We explored the potential biological functions of the genotyped genetic markers with several web-based SNP prediction tools that are supported by regularly updated databases and software tools: SNPnexus , SNP Function Prediction (FuncPred) , F-SNP  and MaInspector . In silico analysis predicted no known function for rs12342421 (S8) and other genotyped SNPs except that one 5’-upstream SNP (rs3808850 (S1)) and two intronic SNPs (rs7849191 (S2) and rs3780378 (S18)) were predicted by FuncPred to be involved in transcription factor binding sites. Experimental functional studies may be required to clarify this issue.
We then conducted an analysis of expression quantitative trait loci (eQTL) across the JAK2 gene (142.8 kb) with several online tools: eQTL resources @ the Pritchard lab , seeQTL , and UCSC Genome Browser . This analysis did not detect any regulatory regions within the two recombination hotspots encompassing the JAK2 gene .

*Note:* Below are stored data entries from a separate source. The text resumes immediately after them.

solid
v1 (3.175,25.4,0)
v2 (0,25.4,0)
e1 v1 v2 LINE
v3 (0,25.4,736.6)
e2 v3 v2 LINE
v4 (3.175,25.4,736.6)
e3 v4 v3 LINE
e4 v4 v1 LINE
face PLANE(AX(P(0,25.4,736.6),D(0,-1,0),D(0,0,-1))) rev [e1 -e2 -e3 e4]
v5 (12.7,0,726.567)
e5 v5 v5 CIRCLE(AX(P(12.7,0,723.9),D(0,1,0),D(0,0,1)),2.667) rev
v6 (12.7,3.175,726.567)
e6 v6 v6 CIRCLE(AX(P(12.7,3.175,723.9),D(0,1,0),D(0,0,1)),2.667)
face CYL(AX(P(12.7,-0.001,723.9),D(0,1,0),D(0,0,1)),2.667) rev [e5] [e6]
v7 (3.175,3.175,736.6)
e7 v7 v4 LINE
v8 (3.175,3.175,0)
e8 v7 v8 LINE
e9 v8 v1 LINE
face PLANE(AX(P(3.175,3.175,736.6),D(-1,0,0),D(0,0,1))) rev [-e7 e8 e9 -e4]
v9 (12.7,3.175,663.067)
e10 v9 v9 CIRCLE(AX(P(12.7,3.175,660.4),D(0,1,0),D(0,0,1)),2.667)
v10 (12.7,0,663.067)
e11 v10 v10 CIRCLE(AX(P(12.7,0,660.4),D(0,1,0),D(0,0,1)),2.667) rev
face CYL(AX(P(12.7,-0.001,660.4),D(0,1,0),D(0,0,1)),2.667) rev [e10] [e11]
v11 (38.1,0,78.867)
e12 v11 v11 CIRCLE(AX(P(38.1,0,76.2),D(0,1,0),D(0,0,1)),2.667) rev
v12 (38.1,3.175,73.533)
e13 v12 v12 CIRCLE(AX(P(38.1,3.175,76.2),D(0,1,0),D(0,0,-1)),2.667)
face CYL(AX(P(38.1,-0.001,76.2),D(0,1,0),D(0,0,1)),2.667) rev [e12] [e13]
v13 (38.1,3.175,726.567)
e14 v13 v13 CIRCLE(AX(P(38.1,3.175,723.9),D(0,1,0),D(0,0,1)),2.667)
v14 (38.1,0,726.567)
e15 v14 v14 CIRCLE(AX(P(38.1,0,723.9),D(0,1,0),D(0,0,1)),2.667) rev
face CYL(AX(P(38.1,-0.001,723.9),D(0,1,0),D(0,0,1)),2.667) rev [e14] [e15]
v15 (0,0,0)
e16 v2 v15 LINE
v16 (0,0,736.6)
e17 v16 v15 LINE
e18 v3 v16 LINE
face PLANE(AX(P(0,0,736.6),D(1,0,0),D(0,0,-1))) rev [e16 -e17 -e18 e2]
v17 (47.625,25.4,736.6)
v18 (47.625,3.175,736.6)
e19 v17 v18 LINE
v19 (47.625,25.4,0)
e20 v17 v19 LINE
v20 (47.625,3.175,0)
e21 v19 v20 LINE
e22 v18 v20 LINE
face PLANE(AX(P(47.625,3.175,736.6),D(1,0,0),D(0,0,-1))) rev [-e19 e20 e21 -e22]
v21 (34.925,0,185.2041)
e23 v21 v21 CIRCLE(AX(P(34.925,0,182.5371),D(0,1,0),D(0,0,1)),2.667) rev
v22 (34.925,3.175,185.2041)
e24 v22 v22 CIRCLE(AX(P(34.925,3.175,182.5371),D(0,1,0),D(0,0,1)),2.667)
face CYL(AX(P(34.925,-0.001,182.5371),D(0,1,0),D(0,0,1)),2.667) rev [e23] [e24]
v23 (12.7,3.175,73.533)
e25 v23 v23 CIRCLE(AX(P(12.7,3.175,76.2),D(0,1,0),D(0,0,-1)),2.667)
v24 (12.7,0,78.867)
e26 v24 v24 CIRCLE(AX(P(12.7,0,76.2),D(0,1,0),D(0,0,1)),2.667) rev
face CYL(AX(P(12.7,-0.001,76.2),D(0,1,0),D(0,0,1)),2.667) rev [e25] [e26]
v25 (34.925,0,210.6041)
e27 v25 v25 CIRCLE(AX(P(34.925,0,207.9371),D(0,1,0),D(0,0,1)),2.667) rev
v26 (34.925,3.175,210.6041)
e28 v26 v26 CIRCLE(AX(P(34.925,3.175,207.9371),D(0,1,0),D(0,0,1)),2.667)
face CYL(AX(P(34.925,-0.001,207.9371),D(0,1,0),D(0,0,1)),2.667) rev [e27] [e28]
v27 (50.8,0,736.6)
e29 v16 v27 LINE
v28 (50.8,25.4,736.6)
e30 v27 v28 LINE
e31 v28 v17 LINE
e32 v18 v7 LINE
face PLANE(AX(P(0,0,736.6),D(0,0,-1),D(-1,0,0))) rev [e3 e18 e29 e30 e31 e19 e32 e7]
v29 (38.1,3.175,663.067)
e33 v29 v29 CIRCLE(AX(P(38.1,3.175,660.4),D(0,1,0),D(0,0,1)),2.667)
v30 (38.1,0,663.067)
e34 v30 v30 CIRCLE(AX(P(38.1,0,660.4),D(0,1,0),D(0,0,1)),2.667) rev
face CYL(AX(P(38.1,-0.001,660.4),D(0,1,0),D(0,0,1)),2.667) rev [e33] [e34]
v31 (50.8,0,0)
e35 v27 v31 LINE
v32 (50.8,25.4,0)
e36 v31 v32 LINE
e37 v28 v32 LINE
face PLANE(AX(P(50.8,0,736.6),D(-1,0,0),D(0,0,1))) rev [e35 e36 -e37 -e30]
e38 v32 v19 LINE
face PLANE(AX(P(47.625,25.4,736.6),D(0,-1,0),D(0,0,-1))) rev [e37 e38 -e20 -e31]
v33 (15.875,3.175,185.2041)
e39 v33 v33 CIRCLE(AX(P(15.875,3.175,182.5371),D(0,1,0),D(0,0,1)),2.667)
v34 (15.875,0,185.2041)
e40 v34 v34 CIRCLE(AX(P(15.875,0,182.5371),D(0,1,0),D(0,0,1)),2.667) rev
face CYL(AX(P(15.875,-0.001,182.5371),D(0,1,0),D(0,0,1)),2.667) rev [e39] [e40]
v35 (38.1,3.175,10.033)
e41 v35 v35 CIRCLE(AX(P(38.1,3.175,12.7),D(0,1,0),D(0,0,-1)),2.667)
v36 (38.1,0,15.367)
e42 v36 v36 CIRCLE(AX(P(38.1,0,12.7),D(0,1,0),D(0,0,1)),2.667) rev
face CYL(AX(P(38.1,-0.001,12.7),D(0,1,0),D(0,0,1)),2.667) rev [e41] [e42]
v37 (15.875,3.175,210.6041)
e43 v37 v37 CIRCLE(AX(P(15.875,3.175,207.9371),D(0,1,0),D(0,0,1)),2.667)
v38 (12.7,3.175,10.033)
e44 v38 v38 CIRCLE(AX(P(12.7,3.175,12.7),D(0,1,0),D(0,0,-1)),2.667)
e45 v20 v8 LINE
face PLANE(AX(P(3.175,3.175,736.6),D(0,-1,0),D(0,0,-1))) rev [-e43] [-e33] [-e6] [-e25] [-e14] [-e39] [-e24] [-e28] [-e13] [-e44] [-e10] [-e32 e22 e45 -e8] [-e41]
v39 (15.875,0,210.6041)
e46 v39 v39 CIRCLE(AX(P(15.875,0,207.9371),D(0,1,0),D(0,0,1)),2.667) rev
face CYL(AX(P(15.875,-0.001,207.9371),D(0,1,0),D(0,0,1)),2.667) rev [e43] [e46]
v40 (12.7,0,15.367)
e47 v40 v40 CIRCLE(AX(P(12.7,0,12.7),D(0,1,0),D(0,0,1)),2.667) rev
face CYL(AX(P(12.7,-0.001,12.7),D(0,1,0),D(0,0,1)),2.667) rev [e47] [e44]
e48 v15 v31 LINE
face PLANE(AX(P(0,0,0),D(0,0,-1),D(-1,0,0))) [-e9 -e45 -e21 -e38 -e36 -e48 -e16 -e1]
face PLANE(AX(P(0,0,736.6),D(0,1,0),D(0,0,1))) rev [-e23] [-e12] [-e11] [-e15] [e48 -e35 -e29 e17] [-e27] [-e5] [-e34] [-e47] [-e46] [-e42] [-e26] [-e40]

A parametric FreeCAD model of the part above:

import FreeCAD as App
import Part
import Sketcher
from FreeCAD import Vector
Q = App.Units.Quantity


def add_polygon(sketch, points):
    """Adds a closed chain of lines whose ends are joined by coincident constraints."""
    first, n = sketch.GeometryCount, len(points)
    for a, b in zip(points, points[1:] + points[:1]):
        sketch.addGeometry(Part.LineSegment(App.Vector(*a, 0), App.Vector(*b, 0)), False)
    for i in range(n):
        sketch.addConstraint(Sketcher.Constraint("Coincident", first + i, 2, first + (i + 1) % n, 1))

doc = App.newDocument("Part")
body = doc.addObject("PartDesign::Body", "Body")

sketch1 = body.newObject("Sketcher::SketchObject", "Sketch")
sketch1.AttachmentSupport = (doc.getObject("XY_Plane"), [""])
sketch1.MapMode = "FlatFace"
add_polygon(sketch1, [(3.2, 3.2), (3.2, 25.4), (0, 25.4), (0, 0), (50.8, 0), (50.8, 25.4), (47.6, 25.4), (47.6, 3.2)])
sketch1.addConstraint([
    Sketcher.Constraint("Vertical", 0),
    Sketcher.Constraint("Horizontal", 1),
    Sketcher.Constraint("Vertical", 2),
    Sketcher.Constraint("Horizontal", 3),
    Sketcher.Constraint("Vertical", 4),
    Sketcher.Constraint("Horizontal", 5),
    Sketcher.Constraint("Vertical", 6),
    Sketcher.Constraint("Horizontal", 7),
    Sketcher.Constraint("Coincident", 2, 2, -1, 1),
    Sketcher.Constraint("Horizontal", 1, 2, 4, 2),
    Sketcher.Constraint("Equal", 1, 5),
    Sketcher.Constraint("DistanceX", 3, 1, 3, 2, Q("2 in")),
    Sketcher.Constraint("DistanceY", 2, 2, 2, 1, Q("1 in")),
    Sketcher.Constraint("DistanceX", 7, 2, 7, 1, Q("1.75 in")),
    Sketcher.Constraint("DistanceY", 0, 1, 0, 2, Q("0.875 in")),
])
pad1 = body.newObject("PartDesign::Pad", "Pad")
pad1.Profile = sketch1
pad1.Length = Q("29 in")

sketch2 = body.newObject("Sketcher::SketchObject", "Sketch001")
sketch2.AttachmentSupport = (doc.getObject("XZ_Plane"), [""])
sketch2.MapMode = "FlatFace"
sketch2.AttachmentOffset = App.Placement(Vector(0, 0, -0.125 * 25.4), App.Rotation())
sketch2.addGeometry(Part.Circle(Vector(12.7, 723.9, 0), Vector(0, 0, 1), 2.7), False)
sketch2.addConstraint([
    Sketcher.Constraint("Diameter", 0, Q("0.21 in")),
    Sketcher.Constraint("DistanceX", -1, 1, 0, 3, Q("0.5 in")),
    Sketcher.Constraint("DistanceY", -1, 1, 0, 3, Q("28.5 in")),
])
pocket1 = body.newObject("PartDesign::Pocket", "Pocket")
pocket1.Profile = sketch2
pocket1.Type = "UpToFirst"
pocket1.Reversed = True

sketch3 = body.newObject("Sketcher::SketchObject", "Sketch002")
sketch3.AttachmentSupport = (doc.getObject("XZ_Plane"), [""])
sketch3.MapMode = "FlatFace"
sketch3.AttachmentOffset = App.Placement(Vector(0, 0, -0.125 * 25.4), App.Rotation())
sketch3.addGeometry(Part.Circle(Vector(12.7, 660.4, 0), Vector(0, 0, 1), 2.7), False)
sketch3.addConstraint([
    Sketcher.Constraint("Diameter", 0, Q("0.21 in")),
    Sketcher.Constraint("DistanceY", -1, 1, 0, 3, Q("26 in")),
    Sketcher.Constraint("DistanceX", -1, 1, 0, 3, Q("0.5 in")),
])
pocket2 = body.newObject("PartDesign::Pocket", "Pocket001")
pocket2.Profile = sketch3
pocket2.Type = "UpToFirst"
pocket2.Reversed = True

These circumstantial findings suggest that the causal variants driving the disease development may not be the SNPs or haplotypes reported here, but some untyped variants in LD with these markers. However, it is also possible that the potential functions of the associated SNPs are some biological processes that are not well captured by current functional annotation software. Owing to limited eQTL studies on different tissues or cell types, eQTL studies might provide only limited knowledge for linking regulatory variants to specific genes in different tissues or cell types. There might be some other eQTLs that have not been curated, leading to the limited information .
The distribution of V617F in our Hong Kong MPN patients (PV, ET and PMF) is similar to those in other studies -. This justified our comparable findings to those in other populations. Taken together, our results corroborate the findings that JAK2 variants are predisposing factors for MPN development dependent on V617F in Hong Kong Chinese, especially rs12342421 (S8). Conceivably, the failure to detect, in our study, the association between V617F-negative MPNs and controls as reported elsewhere , can be ascribed to the small sample size of the cases (n = 44). Larger sample size would probably be needed to detect an association for V617F-negative MPNs.

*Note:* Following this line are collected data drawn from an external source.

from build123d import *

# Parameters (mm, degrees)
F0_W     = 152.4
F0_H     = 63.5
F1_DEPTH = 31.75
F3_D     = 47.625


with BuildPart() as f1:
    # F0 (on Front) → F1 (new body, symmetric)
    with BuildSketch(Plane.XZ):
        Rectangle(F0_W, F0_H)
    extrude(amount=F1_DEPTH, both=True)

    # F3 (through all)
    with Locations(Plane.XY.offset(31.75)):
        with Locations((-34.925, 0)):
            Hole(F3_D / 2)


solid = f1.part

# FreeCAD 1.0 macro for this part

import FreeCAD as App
import Part
import Sketcher
from FreeCAD import Vector
Q = App.Units.Quantity

doc = App.newDocument("Part")
body = doc.addObject("PartDesign::Body", "Body")

# Sketch on XZ plane
sketch1 = doc.addObject("Sketcher::SketchObject", "Sketch")
body.addObject(sketch1)
sketch1.AttachmentSupport = (doc.XZ_Plane, [""])
sketch1.MapMode = "FlatFace"
sketch1.addGeometry(Part.LineSegment(Vector(-76, 32, 0), Vector(-76, -32, 0)), False)
sketch1.addGeometry(Part.LineSegment(Vector(-76, -32, 0), Vector(76, -32, 0)), False)
sketch1.addGeometry(Part.LineSegment(Vector(76, -32, 0), Vector(76, 32, 0)), False)
sketch1.addGeometry(Part.LineSegment(Vector(76, 32, 0), Vector(-76, 32, 0)), False)
sketch1.addConstraint(Sketcher.Constraint("Coincident", 0, 2, 1, 1))
sketch1.addConstraint(Sketcher.Constraint("Coincident", 1, 2, 2, 1))
sketch1.addConstraint(Sketcher.Constraint("Coincident", 2, 2, 3, 1))
sketch1.addConstraint(Sketcher.Constraint("Coincident", 3, 2, 0, 1))
sketch1.addConstraint(Sketcher.Constraint("Vertical", 0))
sketch1.addConstraint(Sketcher.Constraint("Horizontal", 1))
sketch1.addConstraint(Sketcher.Constraint("Vertical", 2))
sketch1.addConstraint(Sketcher.Constraint("Horizontal", 3))
sketch1.addConstraint(Sketcher.Constraint("Symmetric", 0, 2, 2, 2, -1, 1))
sketch1.addConstraint(Sketcher.Constraint("DistanceX", 1, 1, 1, 2, Q("6 in")))
sketch1.addConstraint(Sketcher.Constraint("DistanceY", 0, 2, 0, 1, Q("2.5 in")))
pad1 = doc.addObject("PartDesign::Pad", "Pad")
body.addObject(pad1)
pad1.Profile = sketch1
pad1.Length = Q("2.5 in")
pad1.Midplane = True

# Sketch on XY plane
sketch2 = doc.addObject("Sketcher::SketchObject", "Sketch001")
body.addObject(sketch2)
sketch2.AttachmentSupport = (doc.XY_Plane, [""])
sketch2.MapMode = "FlatFace"
sketch2.AttachmentOffset = App.Placement(Vector(0, 0, 1.25 * 25.4), App.Rotation())
sketch2.addGeometry(Part.Circle(Vector(-35, 0, 0), Vector(0, 0, 1), 24), False)
sketch2.addConstraint(Sketcher.Constraint("PointOnObject", 0, 3, -1))
sketch2.addConstraint(Sketcher.Constraint("Diameter", 0, Q("1.875 in")))
sketch2.addConstraint(Sketcher.Constraint("DistanceX", 0, 3, -1, 1, Q("1.375 in")))
doc.recompute()
hole = doc.addObject("PartDesign::Hole", "Hole")
body.addObject(hole)
hole.Profile = sketch2
hole.ThreadType = "None"
hole.Diameter = Q("1.875 in")
hole.DepthType = "ThroughAll"

doc.recompute()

To the best of our knowledge, we are the first to perform genotype imputation in genetic association studies of MPNs. Being an essential component in genetic association study, imputation enabled us to test many untyped markers for associations with MPNs and hence increased the chance to identify causal variants. Although we failed to find the causal variant, imputation together with conditional logistic regression indeed further strengthens our confidence to conclude that rs12342421 (S8) contributed an independent effect to the most significant association between JAK2 risk haplotype and MPNs.
Fifteen JAK2 germline polymorphisms were associated with MPN patients with V617F mutation in Hong Kong Chinese population. The single JAK2 SNP rs12342421 (S8) was associated with predisposition to the development of V617F-positive MPN by 3.55 fold for the minor allele C, but independent of the JAK2 46/1 haplotype. No significant association was found between V617F-negative MPN patients and the JAK2 risk alleles. We have presented some plausible arguments that S8 is likely to be involved in the pathogenesis of MPN. However, further functional validation is necessary to prove its involvement in the disease development.
Subjects and DNA samples
Participants were Hong Kong Chinese MPN patients diagnosed according to the WHO 2008 criteria  and recruited from six local hospitals. Every patient signed a written informed consent. Both blood and saliva samples were collected from patients. Blood DNA was extracted with FlexiGene DNA Kit (Qiagen) and used for V617F detection. Saliva samples were collected using the Oragene DNA self-collection kit (DNA Genotek), and saliva DNA was extracted according to the manufacturer’s instructions and used for SNP genotyping. As for controls, 470 blood samples from anonymous healthy Chinese donors were collected from the Hong Kong Red Cross Blood Transfusion Service and these donors were matched to the MPN patients for sex and age as much as possible. DNA extracted from control blood samples were used for both V617F detection and SNP genotyping. Assuming a prevalence of 0.00002, MAF of 0.1, genotypic relative risk of 2.5 for Aa and 5.0 for AA, we estimated that a sample size of 128 cases and 460 controls would have 80% power (Genetic Power Calculator) . This study was approved by the Human Subjects Ethics Sub-Committee of the University (reference numbers: 20090801001 and 20111118001) and Research Ethics Committees of the hospitals, according to the guideline of the Declaration of Helsinki. The Research Ethics Committees of the hospitals under Hospital Authority included the following: Kowloon West Cluster Clinical Research Ethics Committee (reference number: KW/EX/09-076); Research Ethics Committee, Kowloon Central/Kowloon East Clusters (KC/KE-09-0120/FR-3); Joint The Chinese University of Hong Kong–New Territories East Cluster Clinical Research Ethics Committee (reference number: CRE-2009.423); and Ethics Committee, Hong Kong Easter Cluster (HKEC-2009-069). All experiments were performed in the research laboratories of Department of Health Technology and Informatics, The Hong Kong Polytechnic University.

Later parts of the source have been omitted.